In the records below, begin at the line that has "e47 v21 v35 LINE" and stop after the line that has "face CYL(AX(P(-3,-392,0),D(1,0,0),D(0,0,-1)),23.5) rev"; quote those lines verbatim and nothing more.
--
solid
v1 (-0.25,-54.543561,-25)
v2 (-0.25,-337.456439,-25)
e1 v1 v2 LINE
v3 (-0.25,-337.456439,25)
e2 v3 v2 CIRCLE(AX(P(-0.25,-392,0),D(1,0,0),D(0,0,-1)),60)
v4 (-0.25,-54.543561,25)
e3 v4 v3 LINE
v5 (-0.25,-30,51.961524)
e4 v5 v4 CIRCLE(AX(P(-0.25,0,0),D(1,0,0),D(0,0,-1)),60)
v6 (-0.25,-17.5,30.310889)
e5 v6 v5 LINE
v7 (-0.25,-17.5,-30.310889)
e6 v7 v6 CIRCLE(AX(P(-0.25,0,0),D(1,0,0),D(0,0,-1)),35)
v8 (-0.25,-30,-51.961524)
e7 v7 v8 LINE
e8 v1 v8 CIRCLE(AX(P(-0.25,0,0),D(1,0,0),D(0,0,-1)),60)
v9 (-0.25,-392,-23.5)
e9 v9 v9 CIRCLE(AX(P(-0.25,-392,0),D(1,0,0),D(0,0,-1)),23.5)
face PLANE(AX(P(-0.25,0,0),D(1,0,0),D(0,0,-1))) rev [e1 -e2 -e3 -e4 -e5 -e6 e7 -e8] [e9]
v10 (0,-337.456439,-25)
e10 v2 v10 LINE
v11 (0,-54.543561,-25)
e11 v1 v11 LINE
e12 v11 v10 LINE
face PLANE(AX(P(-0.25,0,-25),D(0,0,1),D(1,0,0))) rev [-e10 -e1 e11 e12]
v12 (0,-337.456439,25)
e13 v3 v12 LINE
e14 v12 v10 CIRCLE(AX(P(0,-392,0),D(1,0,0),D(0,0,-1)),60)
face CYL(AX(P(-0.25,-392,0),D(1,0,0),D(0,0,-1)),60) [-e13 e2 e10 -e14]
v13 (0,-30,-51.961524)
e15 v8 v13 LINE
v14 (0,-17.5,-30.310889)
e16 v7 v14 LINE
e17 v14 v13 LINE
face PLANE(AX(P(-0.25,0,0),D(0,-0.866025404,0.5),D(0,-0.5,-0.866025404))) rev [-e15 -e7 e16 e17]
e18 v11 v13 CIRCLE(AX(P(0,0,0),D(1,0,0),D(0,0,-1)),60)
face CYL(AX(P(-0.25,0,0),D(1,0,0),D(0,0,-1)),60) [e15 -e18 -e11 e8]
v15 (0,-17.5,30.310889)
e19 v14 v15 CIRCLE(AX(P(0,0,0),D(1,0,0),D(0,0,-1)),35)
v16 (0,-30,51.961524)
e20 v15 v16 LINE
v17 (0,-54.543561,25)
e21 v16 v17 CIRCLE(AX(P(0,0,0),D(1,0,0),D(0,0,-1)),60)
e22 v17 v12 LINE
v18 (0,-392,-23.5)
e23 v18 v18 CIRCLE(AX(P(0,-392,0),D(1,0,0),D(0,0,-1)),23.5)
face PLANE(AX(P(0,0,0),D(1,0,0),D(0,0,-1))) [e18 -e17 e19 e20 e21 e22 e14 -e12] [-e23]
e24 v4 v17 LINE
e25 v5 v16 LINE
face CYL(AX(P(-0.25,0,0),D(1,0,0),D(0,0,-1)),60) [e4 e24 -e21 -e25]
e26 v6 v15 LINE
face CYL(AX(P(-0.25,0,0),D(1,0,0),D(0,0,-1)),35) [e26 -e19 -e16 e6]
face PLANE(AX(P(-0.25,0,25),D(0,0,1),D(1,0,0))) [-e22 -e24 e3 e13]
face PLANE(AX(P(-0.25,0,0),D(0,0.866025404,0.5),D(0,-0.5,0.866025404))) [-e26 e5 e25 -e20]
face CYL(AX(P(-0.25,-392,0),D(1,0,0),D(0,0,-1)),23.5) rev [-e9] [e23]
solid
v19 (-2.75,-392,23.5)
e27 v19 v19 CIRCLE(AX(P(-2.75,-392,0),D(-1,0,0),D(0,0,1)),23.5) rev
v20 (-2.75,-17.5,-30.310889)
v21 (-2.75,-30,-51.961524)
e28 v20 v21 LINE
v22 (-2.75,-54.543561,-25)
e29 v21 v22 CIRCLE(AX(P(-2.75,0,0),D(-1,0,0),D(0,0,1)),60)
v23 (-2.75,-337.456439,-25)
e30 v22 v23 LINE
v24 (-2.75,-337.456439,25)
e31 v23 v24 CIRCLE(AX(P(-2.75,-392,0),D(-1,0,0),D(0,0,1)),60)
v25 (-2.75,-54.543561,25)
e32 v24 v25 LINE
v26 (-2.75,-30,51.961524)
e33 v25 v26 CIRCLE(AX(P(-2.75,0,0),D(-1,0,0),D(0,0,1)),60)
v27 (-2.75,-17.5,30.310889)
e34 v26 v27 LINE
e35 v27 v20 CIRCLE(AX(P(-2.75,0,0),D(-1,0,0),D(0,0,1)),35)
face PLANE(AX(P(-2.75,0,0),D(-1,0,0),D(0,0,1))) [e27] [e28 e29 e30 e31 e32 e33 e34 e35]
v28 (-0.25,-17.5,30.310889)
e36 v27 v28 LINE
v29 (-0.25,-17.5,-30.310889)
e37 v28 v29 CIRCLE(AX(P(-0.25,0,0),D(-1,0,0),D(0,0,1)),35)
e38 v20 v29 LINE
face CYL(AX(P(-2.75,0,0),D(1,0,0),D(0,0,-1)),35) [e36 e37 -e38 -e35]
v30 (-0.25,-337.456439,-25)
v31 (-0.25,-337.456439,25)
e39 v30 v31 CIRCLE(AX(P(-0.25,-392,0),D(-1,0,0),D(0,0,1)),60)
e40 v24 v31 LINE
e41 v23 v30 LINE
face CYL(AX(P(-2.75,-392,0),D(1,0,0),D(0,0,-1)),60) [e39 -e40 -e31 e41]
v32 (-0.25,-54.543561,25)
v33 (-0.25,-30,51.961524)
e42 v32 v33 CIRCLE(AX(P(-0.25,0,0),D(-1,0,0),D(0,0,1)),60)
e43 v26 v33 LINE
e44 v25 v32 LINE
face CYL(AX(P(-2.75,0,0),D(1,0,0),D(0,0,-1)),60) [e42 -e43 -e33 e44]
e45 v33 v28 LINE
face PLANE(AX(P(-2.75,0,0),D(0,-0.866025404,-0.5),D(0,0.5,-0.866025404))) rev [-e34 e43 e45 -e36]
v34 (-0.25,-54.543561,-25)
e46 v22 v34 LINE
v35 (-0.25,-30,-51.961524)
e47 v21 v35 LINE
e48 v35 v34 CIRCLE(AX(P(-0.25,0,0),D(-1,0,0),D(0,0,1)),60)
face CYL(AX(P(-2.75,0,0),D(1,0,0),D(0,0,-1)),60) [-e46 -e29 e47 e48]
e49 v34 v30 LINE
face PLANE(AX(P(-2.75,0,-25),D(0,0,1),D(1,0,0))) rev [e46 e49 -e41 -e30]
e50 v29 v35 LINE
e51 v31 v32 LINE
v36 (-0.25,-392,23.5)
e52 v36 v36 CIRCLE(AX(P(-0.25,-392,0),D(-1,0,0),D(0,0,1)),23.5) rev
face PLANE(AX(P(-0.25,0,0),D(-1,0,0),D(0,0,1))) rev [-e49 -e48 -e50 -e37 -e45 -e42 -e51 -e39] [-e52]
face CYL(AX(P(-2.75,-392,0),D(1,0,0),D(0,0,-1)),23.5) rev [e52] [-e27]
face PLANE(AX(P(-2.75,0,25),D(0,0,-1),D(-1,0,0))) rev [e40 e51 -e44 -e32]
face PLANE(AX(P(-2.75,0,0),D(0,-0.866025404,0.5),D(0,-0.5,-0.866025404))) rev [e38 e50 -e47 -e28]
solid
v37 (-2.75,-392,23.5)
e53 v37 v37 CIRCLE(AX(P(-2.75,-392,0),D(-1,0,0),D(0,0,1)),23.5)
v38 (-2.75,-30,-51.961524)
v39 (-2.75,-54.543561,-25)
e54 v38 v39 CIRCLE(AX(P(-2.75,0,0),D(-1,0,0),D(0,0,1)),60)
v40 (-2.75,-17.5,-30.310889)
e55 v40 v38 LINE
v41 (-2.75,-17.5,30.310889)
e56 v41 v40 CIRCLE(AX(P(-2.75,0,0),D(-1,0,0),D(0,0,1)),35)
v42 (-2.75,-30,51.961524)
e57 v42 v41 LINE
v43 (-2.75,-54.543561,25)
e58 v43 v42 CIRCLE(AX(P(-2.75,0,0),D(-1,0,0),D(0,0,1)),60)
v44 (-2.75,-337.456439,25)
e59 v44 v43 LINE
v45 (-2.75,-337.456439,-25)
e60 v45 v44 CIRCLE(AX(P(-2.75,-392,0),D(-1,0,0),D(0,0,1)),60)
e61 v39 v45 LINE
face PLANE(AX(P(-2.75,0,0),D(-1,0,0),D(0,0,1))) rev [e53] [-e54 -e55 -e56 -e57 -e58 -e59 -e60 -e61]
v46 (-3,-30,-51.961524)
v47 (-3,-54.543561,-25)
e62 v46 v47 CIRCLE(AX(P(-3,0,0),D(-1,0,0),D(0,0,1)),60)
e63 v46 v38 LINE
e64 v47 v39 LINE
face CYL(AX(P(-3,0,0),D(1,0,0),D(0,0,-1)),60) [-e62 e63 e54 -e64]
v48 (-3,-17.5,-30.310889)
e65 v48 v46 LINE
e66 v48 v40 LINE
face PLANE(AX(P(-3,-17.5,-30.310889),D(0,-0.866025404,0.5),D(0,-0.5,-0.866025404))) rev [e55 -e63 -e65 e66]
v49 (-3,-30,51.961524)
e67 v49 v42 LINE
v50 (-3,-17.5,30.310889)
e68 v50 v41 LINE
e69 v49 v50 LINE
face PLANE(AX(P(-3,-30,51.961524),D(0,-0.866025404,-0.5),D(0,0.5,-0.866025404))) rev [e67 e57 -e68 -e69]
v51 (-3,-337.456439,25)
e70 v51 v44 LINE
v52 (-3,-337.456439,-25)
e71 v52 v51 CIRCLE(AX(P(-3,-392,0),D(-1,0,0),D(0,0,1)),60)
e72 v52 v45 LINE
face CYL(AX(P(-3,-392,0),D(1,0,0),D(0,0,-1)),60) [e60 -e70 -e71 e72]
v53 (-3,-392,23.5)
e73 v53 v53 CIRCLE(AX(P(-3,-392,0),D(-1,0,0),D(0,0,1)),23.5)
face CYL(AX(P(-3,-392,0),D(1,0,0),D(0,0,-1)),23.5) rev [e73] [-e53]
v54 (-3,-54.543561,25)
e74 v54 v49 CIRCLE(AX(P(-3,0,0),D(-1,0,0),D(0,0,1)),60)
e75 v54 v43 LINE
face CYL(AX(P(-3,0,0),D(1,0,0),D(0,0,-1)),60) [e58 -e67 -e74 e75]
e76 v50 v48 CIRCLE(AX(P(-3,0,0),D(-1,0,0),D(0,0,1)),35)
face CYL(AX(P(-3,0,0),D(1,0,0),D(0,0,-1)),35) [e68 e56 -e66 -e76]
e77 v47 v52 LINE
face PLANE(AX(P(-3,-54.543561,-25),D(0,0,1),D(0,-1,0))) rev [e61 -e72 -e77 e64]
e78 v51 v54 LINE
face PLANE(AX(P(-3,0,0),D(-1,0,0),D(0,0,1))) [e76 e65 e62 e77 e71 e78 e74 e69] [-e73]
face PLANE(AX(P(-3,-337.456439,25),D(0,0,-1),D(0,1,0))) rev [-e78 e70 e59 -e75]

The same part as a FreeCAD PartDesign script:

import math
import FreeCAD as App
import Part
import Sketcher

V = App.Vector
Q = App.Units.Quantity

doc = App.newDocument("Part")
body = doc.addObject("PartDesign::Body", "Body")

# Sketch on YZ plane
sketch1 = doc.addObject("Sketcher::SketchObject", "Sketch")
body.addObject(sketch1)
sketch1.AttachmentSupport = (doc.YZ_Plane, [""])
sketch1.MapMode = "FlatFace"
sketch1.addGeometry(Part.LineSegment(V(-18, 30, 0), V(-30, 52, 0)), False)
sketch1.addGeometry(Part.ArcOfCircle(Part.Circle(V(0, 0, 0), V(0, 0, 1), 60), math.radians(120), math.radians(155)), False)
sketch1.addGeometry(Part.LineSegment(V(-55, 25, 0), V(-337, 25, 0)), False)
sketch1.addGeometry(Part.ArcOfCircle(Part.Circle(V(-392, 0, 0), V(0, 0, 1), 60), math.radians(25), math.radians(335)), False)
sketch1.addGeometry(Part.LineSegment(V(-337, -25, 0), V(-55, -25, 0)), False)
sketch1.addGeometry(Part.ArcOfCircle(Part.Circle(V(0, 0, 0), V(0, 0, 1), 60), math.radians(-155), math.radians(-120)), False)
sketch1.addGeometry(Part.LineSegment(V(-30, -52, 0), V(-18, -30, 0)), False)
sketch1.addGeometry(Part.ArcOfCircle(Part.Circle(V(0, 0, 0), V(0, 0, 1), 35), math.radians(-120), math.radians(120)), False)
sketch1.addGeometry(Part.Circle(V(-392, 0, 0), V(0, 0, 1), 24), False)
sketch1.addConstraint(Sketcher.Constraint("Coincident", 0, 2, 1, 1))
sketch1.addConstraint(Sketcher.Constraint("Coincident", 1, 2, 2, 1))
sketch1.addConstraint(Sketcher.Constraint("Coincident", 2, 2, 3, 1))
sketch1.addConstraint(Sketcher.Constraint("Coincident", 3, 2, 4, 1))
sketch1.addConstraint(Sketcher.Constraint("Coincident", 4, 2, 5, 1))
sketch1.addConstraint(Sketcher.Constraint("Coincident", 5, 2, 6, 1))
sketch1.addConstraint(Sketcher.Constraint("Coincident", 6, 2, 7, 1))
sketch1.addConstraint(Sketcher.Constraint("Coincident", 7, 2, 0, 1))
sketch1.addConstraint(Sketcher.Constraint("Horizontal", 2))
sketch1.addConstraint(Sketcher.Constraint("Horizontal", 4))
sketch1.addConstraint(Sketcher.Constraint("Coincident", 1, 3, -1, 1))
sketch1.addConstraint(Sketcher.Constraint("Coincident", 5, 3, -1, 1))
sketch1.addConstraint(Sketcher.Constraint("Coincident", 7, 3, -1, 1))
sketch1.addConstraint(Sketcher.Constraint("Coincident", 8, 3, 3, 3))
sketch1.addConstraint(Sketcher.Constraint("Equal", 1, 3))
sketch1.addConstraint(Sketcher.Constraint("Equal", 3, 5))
--
▶ **Reply**
e47 v21 v35 LINE
e48 v35 v34 CIRCLE(AX(P(-0.25,0,0),D(-1,0,0),D(0,0,1)),60)
face CYL(AX(P(-2.75,0,0),D(1,0,0),D(0,0,-1)),60) [-e46 -e29 e47 e48]
e49 v34 v30 LINE
face PLANE(AX(P(-2.75,0,-25),D(0,0,1),D(1,0,0))) rev [e46 e49 -e41 -e30]
e50 v29 v35 LINE
e51 v31 v32 LINE
v36 (-0.25,-392,23.5)
e52 v36 v36 CIRCLE(AX(P(-0.25,-392,0),D(-1,0,0),D(0,0,1)),23.5) rev
face PLANE(AX(P(-0.25,0,0),D(-1,0,0),D(0,0,1))) rev [-e49 -e48 -e50 -e37 -e45 -e42 -e51 -e39] [-e52]
face CYL(AX(P(-2.75,-392,0),D(1,0,0),D(0,0,-1)),23.5) rev [e52] [-e27]
face PLANE(AX(P(-2.75,0,25),D(0,0,-1),D(-1,0,0))) rev [e40 e51 -e44 -e32]
face PLANE(AX(P(-2.75,0,0),D(0,-0.866025404,0.5),D(0,-0.5,-0.866025404))) rev [e38 e50 -e47 -e28]
solid
v37 (-2.75,-392,23.5)
e53 v37 v37 CIRCLE(AX(P(-2.75,-392,0),D(-1,0,0),D(0,0,1)),23.5)
v38 (-2.75,-30,-51.961524)
v39 (-2.75,-54.543561,-25)
e54 v38 v39 CIRCLE(AX(P(-2.75,0,0),D(-1,0,0),D(0,0,1)),60)
v40 (-2.75,-17.5,-30.310889)
e55 v40 v38 LINE
v41 (-2.75,-17.5,30.310889)
e56 v41 v40 CIRCLE(AX(P(-2.75,0,0),D(-1,0,0),D(0,0,1)),35)
v42 (-2.75,-30,51.961524)
e57 v42 v41 LINE
v43 (-2.75,-54.543561,25)
e58 v43 v42 CIRCLE(AX(P(-2.75,0,0),D(-1,0,0),D(0,0,1)),60)
v44 (-2.75,-337.456439,25)
e59 v44 v43 LINE
v45 (-2.75,-337.456439,-25)
e60 v45 v44 CIRCLE(AX(P(-2.75,-392,0),D(-1,0,0),D(0,0,1)),60)
e61 v39 v45 LINE
face PLANE(AX(P(-2.75,0,0),D(-1,0,0),D(0,0,1))) rev [e53] [-e54 -e55 -e56 -e57 -e58 -e59 -e60 -e61]
v46 (-3,-30,-51.961524)
v47 (-3,-54.543561,-25)
e62 v46 v47 CIRCLE(AX(P(-3,0,0),D(-1,0,0),D(0,0,1)),60)
e63 v46 v38 LINE
e64 v47 v39 LINE
face CYL(AX(P(-3,0,0),D(1,0,0),D(0,0,-1)),60) [-e62 e63 e54 -e64]
v48 (-3,-17.5,-30.310889)
e65 v48 v46 LINE
e66 v48 v40 LINE
face PLANE(AX(P(-3,-17.5,-30.310889),D(0,-0.866025404,0.5),D(0,-0.5,-0.866025404))) rev [e55 -e63 -e65 e66]
v49 (-3,-30,51.961524)
e67 v49 v42 LINE
v50 (-3,-17.5,30.310889)
e68 v50 v41 LINE
e69 v49 v50 LINE
face PLANE(AX(P(-3,-30,51.961524),D(0,-0.866025404,-0.5),D(0,0.5,-0.866025404))) rev [e67 e57 -e68 -e69]
v51 (-3,-337.456439,25)
e70 v51 v44 LINE
v52 (-3,-337.456439,-25)
e71 v52 v51 CIRCLE(AX(P(-3,-392,0),D(-1,0,0),D(0,0,1)),60)
e72 v52 v45 LINE
face CYL(AX(P(-3,-392,0),D(1,0,0),D(0,0,-1)),60) [e60 -e70 -e71 e72]
v53 (-3,-392,23.5)
e73 v53 v53 CIRCLE(AX(P(-3,-392,0),D(-1,0,0),D(0,0,1)),23.5)
face CYL(AX(P(-3,-392,0),D(1,0,0),D(0,0,-1)),23.5) rev [e73] [-e53]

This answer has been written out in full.